> _Required action_
Nothing is needed except the lines below that run from the one with "#72=CYLINDRICAL_SURFACE('',#37,3.);" through the one with "#87=VERTEX_POINT('',#86);", repeated exactly.

> _Records provided_

::::::::

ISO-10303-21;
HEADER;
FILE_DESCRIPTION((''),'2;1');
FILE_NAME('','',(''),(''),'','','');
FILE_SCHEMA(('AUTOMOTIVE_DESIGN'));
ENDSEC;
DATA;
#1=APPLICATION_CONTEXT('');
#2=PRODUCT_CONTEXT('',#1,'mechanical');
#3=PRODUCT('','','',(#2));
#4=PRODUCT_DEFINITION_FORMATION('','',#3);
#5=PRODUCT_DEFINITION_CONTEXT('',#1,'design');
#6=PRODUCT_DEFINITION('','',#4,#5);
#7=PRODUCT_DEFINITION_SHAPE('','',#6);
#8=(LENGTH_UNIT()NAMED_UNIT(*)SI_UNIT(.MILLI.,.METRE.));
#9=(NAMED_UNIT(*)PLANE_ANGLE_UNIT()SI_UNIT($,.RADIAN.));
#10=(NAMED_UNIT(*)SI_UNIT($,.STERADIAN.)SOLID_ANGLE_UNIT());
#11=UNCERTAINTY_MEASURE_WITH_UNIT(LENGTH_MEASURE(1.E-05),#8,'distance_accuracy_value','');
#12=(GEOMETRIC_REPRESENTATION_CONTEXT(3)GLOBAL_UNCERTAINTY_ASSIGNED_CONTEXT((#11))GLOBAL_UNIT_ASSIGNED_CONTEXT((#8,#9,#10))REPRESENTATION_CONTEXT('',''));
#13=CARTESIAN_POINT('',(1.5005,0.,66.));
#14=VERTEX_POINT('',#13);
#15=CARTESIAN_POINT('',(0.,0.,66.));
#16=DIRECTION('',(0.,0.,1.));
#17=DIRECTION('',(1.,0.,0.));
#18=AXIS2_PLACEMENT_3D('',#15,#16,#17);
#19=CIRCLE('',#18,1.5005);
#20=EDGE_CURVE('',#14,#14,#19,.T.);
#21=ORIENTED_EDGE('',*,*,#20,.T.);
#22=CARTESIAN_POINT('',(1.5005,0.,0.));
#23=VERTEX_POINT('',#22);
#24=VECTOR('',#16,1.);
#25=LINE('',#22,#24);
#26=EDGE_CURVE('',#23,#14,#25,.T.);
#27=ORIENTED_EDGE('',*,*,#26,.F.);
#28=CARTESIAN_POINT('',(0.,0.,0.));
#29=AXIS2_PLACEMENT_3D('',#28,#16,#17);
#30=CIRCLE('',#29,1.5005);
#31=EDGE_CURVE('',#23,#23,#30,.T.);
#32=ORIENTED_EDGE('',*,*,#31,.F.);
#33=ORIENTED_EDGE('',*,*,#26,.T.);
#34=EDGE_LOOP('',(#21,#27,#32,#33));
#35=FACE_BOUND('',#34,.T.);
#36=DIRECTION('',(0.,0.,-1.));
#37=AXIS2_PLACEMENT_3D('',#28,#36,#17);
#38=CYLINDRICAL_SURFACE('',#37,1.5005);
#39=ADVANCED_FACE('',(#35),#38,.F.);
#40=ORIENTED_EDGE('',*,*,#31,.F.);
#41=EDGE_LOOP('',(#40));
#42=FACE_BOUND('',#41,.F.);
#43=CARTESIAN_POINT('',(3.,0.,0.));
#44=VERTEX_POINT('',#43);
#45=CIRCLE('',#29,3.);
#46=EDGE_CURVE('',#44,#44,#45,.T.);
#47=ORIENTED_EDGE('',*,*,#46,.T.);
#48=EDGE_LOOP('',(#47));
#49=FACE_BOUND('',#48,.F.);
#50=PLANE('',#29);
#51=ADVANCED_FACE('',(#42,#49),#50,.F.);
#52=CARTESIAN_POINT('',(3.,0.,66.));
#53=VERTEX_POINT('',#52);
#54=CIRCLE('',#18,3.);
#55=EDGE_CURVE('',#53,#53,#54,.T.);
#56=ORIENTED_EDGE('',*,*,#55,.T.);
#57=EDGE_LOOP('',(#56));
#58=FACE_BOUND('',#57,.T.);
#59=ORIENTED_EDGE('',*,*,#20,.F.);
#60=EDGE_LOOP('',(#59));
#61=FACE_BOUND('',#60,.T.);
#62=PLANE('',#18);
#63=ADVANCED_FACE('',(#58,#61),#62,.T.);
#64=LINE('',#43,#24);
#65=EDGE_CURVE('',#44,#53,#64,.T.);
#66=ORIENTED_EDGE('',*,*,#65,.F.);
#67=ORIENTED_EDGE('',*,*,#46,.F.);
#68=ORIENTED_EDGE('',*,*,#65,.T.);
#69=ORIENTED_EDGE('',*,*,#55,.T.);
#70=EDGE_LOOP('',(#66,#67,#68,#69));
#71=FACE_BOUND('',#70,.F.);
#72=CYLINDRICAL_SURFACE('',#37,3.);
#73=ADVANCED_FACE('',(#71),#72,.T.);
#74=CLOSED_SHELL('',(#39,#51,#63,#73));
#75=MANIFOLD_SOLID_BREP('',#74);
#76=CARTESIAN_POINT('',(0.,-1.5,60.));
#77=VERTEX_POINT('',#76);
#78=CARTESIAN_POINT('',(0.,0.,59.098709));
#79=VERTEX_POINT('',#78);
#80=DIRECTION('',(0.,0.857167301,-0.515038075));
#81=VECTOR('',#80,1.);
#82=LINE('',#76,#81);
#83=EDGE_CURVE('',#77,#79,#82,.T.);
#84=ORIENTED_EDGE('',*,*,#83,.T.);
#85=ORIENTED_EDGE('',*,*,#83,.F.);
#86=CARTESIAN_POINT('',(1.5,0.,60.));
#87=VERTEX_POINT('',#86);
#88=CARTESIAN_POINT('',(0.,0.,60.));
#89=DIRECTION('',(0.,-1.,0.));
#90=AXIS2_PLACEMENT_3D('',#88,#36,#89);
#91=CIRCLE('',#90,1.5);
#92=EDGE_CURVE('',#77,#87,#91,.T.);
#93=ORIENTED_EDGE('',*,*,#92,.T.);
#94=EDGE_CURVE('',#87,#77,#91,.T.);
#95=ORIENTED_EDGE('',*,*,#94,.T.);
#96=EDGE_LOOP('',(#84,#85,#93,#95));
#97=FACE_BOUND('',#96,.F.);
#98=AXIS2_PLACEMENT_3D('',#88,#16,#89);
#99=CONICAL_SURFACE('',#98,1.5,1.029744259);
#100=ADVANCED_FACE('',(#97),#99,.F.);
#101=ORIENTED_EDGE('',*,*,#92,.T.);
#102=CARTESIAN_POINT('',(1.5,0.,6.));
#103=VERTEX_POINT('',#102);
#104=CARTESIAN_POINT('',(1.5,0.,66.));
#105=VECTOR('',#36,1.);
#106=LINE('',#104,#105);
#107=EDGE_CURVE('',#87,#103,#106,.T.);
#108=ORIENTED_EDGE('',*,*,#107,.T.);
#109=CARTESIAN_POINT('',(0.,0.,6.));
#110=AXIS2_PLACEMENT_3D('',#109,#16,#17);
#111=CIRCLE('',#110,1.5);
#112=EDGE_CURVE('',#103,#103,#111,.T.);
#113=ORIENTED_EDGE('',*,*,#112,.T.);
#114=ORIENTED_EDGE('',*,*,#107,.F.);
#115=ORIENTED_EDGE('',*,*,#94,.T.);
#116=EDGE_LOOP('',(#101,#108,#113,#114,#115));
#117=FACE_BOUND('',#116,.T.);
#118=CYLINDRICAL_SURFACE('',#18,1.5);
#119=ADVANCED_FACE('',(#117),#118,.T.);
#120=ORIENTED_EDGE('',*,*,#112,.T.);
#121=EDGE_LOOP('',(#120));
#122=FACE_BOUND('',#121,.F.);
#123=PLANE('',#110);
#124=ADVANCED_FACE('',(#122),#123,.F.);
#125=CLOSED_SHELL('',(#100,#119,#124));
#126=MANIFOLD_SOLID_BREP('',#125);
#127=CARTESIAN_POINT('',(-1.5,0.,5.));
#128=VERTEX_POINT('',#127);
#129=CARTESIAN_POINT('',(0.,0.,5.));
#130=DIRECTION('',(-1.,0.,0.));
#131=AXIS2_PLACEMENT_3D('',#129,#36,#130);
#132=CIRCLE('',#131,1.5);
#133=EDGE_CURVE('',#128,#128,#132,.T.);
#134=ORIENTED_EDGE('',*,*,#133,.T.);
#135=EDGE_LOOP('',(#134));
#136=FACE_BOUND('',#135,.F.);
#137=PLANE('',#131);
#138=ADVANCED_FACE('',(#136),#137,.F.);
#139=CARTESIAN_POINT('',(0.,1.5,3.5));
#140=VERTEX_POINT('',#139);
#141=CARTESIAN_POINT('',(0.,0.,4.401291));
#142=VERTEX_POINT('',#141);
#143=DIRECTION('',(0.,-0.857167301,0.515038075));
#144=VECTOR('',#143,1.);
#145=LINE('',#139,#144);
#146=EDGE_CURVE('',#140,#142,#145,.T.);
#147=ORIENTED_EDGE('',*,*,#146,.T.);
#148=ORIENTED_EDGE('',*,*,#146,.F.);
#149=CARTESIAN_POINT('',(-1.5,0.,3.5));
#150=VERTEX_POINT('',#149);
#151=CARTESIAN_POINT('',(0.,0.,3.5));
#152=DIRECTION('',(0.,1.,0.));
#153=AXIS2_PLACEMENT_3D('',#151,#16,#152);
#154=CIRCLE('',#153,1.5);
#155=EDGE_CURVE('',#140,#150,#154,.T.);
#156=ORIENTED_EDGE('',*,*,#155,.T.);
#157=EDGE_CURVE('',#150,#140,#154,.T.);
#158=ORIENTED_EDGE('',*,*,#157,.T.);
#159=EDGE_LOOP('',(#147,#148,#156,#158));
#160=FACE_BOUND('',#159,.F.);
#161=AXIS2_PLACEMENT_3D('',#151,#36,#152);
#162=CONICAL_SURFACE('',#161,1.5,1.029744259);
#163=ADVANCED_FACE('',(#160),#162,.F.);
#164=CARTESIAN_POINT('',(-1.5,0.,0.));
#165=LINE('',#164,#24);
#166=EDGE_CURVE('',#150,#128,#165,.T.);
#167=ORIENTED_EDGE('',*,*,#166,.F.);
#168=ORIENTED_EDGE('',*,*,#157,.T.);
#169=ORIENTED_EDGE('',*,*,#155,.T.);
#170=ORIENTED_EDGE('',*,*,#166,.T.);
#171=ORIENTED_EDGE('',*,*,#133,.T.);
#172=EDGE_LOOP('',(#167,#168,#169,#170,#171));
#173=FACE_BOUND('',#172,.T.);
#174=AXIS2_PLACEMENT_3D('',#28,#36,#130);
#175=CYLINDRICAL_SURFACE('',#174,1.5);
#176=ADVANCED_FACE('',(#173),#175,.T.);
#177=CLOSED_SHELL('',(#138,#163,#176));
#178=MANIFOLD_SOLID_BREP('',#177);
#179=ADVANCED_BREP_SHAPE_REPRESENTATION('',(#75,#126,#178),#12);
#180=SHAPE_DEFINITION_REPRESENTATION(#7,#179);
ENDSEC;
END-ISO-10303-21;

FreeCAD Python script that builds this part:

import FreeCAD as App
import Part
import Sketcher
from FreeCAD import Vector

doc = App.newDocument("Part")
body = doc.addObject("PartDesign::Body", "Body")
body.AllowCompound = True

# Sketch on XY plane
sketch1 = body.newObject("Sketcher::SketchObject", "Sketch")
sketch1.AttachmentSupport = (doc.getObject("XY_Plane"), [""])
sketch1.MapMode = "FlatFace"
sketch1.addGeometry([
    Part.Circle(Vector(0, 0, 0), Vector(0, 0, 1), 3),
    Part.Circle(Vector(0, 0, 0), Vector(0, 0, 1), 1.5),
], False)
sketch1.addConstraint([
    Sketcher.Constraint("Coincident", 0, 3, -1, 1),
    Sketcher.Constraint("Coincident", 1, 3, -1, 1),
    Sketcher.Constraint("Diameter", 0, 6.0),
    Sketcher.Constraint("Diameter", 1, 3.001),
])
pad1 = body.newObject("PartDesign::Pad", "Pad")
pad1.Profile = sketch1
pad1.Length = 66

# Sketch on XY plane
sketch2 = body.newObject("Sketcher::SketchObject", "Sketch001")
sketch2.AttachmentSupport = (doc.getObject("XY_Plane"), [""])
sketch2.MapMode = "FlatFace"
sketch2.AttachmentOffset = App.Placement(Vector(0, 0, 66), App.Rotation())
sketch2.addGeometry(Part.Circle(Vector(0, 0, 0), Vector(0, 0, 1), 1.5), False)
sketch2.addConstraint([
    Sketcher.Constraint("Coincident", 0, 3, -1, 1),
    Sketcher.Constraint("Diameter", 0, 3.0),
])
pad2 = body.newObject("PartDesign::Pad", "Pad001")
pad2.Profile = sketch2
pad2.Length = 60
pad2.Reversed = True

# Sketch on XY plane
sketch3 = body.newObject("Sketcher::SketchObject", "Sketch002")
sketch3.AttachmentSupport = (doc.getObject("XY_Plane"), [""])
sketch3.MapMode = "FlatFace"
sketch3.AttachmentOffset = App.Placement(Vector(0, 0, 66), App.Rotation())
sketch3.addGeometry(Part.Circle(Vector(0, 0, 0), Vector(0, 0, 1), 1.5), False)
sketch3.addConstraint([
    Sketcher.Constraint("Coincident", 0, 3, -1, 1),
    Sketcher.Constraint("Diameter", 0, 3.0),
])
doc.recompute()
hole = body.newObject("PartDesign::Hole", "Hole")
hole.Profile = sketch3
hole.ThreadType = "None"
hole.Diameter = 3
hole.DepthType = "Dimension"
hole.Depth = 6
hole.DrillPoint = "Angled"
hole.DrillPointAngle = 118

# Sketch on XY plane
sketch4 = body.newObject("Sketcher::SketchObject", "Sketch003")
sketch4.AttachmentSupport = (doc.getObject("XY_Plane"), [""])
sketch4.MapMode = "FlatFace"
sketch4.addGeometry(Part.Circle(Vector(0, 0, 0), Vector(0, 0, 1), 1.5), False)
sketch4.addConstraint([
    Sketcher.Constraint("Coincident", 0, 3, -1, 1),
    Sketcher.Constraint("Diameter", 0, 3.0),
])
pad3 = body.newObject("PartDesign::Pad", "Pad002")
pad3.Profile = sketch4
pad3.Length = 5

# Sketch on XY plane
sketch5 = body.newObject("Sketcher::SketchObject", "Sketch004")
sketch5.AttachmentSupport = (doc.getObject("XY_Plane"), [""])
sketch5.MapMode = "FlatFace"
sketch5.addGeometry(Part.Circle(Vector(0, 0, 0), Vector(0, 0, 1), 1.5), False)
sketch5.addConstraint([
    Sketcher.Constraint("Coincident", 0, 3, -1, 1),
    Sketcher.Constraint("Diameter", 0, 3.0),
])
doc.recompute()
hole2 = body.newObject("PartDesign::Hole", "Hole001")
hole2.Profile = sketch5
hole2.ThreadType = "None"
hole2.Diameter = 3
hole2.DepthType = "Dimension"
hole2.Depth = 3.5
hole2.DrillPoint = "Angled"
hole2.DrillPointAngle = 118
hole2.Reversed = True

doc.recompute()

::::::::

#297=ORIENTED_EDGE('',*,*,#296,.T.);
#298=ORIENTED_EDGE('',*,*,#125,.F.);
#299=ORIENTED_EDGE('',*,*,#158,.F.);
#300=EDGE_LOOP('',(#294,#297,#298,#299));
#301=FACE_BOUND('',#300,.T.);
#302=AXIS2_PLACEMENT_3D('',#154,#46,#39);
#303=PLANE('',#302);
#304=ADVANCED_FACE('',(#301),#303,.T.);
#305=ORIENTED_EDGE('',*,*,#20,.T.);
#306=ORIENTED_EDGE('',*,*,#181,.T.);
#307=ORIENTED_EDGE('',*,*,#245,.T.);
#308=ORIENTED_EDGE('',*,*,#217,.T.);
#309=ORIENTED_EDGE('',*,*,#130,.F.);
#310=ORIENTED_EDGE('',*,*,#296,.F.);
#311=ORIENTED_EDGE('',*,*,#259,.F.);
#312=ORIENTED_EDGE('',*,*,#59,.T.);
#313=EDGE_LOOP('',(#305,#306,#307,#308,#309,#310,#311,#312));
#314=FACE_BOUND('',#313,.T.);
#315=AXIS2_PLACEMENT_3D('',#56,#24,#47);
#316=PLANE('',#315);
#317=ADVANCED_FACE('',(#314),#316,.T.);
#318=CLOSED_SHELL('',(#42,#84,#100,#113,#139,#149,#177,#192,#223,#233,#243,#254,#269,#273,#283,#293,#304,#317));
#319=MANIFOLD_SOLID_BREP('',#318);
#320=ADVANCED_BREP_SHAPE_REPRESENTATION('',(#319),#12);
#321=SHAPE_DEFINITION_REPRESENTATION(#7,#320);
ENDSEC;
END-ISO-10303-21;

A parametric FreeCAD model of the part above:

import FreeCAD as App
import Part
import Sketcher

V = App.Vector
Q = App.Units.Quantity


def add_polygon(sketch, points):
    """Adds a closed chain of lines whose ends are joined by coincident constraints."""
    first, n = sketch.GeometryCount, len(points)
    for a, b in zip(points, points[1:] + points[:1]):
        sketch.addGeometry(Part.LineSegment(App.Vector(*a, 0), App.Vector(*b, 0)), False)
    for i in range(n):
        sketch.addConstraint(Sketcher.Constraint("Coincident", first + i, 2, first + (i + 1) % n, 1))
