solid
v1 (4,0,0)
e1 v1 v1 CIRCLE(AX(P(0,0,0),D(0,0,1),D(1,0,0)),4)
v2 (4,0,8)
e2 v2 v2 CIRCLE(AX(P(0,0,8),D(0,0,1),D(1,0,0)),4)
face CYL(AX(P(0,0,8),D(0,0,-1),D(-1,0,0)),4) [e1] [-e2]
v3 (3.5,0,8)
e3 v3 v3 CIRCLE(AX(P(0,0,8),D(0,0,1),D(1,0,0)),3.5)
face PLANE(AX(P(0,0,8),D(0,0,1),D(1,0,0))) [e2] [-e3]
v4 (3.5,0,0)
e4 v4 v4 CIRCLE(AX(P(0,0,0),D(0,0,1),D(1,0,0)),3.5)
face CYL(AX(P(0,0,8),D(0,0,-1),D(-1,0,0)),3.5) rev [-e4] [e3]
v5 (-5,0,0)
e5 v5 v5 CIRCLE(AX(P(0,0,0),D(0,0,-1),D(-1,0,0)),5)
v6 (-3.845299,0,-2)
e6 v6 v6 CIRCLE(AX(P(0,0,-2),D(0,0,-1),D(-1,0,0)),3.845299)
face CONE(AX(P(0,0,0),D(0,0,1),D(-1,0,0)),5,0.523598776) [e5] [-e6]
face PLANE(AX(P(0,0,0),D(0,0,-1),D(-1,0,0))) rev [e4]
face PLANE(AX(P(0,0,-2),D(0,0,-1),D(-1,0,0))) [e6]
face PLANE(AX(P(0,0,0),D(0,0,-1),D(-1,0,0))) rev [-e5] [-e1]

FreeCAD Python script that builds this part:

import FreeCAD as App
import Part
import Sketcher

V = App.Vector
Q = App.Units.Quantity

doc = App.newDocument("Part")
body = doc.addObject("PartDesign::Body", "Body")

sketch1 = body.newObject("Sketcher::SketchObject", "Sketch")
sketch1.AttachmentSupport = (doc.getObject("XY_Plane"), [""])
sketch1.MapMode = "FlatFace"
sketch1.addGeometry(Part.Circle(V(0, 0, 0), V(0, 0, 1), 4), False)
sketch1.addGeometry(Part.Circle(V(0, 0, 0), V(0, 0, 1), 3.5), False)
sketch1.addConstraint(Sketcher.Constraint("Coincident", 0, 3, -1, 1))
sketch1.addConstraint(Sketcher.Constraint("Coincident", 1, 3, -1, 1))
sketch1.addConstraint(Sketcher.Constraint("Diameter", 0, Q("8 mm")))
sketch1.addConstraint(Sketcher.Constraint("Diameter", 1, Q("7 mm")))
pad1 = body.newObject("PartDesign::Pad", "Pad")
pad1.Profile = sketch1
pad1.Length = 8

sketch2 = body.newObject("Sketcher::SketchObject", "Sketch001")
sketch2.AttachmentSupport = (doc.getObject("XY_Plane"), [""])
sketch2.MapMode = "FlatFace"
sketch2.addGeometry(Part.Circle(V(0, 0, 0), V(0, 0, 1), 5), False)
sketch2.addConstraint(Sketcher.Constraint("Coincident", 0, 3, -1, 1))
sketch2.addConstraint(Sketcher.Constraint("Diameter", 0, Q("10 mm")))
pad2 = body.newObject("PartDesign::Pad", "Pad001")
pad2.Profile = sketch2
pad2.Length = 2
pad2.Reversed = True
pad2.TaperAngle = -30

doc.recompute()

::::::::

> _Response for this exercise_
#72=CYLINDRICAL_SURFACE('',#37,3.);
#73=ADVANCED_FACE('',(#71),#72,.T.);
#74=CLOSED_SHELL('',(#39,#51,#63,#73));
#75=MANIFOLD_SOLID_BREP('',#74);
#76=CARTESIAN_POINT('',(0.,-1.5,60.));
#77=VERTEX_POINT('',#76);
#78=CARTESIAN_POINT('',(0.,0.,59.098709));
#79=VERTEX_POINT('',#78);
#80=DIRECTION('',(0.,0.857167301,-0.515038075));
#81=VECTOR('',#80,1.);
#82=LINE('',#76,#81);
#83=EDGE_CURVE('',#77,#79,#82,.T.);
#84=ORIENTED_EDGE('',*,*,#83,.T.);
#85=ORIENTED_EDGE('',*,*,#83,.F.);
#86=CARTESIAN_POINT('',(1.5,0.,60.));
#87=VERTEX_POINT('',#86);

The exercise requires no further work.